## What is being asked:
Every line in the data below from the one containing "#148=ADVANCED_FACE('',(#145),#147,.F.);" down to the one containing "#155=DIRECTION('',(0.,0.,-1.));", both included, must be retyped exactly; no other line is to appear.

(Stored records)
****************************************
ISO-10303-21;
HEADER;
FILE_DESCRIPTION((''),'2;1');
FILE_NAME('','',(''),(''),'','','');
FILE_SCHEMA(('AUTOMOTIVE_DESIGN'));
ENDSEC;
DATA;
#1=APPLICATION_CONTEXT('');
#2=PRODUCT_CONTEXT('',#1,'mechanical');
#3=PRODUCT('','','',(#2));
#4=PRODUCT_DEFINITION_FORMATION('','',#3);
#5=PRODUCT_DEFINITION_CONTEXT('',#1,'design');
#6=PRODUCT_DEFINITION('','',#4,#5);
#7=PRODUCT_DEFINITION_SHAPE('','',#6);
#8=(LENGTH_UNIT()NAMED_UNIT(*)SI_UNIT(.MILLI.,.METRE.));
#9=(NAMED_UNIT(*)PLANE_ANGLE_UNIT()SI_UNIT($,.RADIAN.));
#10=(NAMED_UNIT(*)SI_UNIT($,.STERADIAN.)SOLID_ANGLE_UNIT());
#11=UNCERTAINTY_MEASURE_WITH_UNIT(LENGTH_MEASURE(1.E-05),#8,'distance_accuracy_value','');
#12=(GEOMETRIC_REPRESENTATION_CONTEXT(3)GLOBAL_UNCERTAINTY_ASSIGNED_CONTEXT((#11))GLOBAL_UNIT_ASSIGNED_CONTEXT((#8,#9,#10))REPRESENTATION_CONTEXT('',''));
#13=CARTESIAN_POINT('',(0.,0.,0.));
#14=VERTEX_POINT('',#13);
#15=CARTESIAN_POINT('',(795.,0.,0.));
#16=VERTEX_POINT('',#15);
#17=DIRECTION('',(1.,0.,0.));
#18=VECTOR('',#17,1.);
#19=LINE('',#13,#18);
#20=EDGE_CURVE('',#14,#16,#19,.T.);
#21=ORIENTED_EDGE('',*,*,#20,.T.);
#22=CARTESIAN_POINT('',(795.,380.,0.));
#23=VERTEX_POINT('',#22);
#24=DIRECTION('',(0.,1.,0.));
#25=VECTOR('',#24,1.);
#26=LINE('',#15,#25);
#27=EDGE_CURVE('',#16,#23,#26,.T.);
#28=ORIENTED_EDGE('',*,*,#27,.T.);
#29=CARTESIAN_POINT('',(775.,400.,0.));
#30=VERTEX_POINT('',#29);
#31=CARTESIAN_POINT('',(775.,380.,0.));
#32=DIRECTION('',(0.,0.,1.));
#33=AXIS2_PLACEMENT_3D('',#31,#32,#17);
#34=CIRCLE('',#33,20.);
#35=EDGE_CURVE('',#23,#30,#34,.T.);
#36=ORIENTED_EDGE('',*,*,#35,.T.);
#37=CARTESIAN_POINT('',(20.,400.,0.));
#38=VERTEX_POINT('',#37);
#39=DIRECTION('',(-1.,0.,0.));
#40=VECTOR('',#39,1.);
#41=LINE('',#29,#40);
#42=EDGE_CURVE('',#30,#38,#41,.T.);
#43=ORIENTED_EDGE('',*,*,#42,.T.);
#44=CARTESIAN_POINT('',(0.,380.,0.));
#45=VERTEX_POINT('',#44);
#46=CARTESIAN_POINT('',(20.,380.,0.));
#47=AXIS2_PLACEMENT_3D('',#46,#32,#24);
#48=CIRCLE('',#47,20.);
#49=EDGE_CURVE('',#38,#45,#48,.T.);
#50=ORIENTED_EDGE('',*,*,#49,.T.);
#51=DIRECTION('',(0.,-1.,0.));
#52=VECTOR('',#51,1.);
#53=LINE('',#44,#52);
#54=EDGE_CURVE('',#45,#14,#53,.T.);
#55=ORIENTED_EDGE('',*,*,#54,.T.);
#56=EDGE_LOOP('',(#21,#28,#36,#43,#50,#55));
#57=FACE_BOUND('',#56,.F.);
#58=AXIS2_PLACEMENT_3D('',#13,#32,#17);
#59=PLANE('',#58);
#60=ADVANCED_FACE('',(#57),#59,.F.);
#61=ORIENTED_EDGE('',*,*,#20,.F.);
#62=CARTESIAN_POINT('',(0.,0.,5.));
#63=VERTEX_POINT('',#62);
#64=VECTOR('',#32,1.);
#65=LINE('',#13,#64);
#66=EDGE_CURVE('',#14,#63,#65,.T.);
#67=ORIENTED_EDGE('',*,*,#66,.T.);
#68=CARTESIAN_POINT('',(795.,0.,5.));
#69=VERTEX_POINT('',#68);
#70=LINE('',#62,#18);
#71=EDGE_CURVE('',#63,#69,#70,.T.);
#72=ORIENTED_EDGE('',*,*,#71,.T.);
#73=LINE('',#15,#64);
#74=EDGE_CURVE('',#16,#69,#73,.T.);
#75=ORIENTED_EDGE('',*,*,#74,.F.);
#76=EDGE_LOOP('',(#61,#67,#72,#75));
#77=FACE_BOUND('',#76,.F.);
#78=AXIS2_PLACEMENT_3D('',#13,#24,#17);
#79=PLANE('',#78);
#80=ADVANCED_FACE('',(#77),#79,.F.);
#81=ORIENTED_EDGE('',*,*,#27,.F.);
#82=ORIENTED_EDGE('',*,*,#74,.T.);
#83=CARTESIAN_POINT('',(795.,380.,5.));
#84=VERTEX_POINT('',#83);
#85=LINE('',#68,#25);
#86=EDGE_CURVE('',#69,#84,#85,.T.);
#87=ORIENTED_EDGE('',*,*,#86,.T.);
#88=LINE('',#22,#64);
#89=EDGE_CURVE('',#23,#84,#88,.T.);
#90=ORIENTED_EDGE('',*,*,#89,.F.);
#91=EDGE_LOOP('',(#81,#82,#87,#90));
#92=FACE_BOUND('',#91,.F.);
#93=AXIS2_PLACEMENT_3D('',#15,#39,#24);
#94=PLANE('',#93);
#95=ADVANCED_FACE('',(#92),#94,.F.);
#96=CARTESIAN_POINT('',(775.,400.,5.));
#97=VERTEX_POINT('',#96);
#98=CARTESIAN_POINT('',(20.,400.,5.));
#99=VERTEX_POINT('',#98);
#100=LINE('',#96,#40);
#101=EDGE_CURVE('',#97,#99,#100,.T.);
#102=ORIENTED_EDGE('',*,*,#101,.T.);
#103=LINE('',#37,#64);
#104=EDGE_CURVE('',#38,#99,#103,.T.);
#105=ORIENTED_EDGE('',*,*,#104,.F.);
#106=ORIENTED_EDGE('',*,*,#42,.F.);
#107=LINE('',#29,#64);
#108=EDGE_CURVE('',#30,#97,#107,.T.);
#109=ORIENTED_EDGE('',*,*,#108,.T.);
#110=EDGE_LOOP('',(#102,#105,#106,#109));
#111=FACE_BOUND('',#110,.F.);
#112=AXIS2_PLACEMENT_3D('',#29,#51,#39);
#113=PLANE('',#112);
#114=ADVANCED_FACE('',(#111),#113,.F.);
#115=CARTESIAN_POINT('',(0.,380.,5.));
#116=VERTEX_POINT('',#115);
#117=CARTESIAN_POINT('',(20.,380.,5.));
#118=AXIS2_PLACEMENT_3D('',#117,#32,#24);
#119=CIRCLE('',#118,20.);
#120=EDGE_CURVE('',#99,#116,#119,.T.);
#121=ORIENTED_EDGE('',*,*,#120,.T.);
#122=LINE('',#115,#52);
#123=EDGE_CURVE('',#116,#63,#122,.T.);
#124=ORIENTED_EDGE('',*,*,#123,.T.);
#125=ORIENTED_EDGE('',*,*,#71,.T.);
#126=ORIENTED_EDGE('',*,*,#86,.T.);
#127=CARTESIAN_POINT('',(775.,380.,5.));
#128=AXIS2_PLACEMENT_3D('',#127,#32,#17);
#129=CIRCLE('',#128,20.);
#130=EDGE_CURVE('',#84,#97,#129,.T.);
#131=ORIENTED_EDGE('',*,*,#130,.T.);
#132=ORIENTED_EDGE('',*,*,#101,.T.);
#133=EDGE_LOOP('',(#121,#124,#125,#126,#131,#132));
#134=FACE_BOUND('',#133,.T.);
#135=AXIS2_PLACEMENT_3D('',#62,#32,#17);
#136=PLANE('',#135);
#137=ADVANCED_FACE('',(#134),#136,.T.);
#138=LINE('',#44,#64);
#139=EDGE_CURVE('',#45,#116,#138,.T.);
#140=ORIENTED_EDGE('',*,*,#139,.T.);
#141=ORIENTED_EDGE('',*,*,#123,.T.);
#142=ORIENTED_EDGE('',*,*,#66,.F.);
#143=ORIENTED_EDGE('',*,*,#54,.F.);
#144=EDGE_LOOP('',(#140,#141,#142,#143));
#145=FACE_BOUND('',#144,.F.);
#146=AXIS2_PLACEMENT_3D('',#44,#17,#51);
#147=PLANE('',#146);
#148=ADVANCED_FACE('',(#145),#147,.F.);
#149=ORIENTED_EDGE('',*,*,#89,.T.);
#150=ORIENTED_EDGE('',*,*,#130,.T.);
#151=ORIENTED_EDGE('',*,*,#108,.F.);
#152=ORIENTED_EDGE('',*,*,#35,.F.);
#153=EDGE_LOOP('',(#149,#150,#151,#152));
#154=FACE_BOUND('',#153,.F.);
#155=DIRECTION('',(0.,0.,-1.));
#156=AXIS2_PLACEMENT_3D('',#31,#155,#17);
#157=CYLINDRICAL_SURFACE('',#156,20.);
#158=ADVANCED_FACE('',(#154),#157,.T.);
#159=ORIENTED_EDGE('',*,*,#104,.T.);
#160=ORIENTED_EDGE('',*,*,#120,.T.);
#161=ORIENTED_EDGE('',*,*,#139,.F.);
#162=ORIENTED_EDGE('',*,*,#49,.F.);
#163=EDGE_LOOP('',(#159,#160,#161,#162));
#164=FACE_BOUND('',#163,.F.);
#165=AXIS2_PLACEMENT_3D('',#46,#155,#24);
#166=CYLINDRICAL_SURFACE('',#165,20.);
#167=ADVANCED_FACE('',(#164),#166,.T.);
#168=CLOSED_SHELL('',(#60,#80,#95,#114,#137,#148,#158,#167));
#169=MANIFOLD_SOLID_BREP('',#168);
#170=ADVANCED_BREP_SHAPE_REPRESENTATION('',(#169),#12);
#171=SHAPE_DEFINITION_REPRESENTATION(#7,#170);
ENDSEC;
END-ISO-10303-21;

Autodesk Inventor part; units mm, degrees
ref_plane "YZ Plane" through (0, 0, 0) normal (1, 0, 0) x (0, 1, 0)
ref_plane "XZ Plane" through (0, 0, 0) normal (0, 1, 0) x (-1, 0, 0)
ref_plane "XY Plane" through (0, 0, 0) normal (0, 0, 1) x (1, 0, 0)
sketch "Sketch1" plane through (0, 0, 0) normal (0, 0, 1) x (1, 0, 0)
  line L0 (0, 0) -> (795, 0)
  line L1 (795, 0) -> (795, 380)
  line L2 (775, 400) -> (20, 400)
  line L3 (0, 380) -> (0, 0)
  arc A0 (20, 400) -> (0, 380) centre (20, 380) ccw
  arc A1 (795, 380) -> (775, 400) centre (775, 380) ccw
  point P0 (795, 400)
  point P1 (0, 400)
  dimension "d0" = 795
  dimension "d1" = 400
  dimension "d2" = 20
extrude "Extrusion1" add sketch "Sketch1" along normal blind 5
properties part number "left wall"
****************************************
## Solved problem:
#148=ADVANCED_FACE('',(#145),#147,.F.);
#149=ORIENTED_EDGE('',*,*,#89,.T.);
#150=ORIENTED_EDGE('',*,*,#130,.T.);
#151=ORIENTED_EDGE('',*,*,#108,.F.);
#152=ORIENTED_EDGE('',*,*,#35,.F.);
#153=EDGE_LOOP('',(#149,#150,#151,#152));
#154=FACE_BOUND('',#153,.F.);
#155=DIRECTION('',(0.,0.,-1.));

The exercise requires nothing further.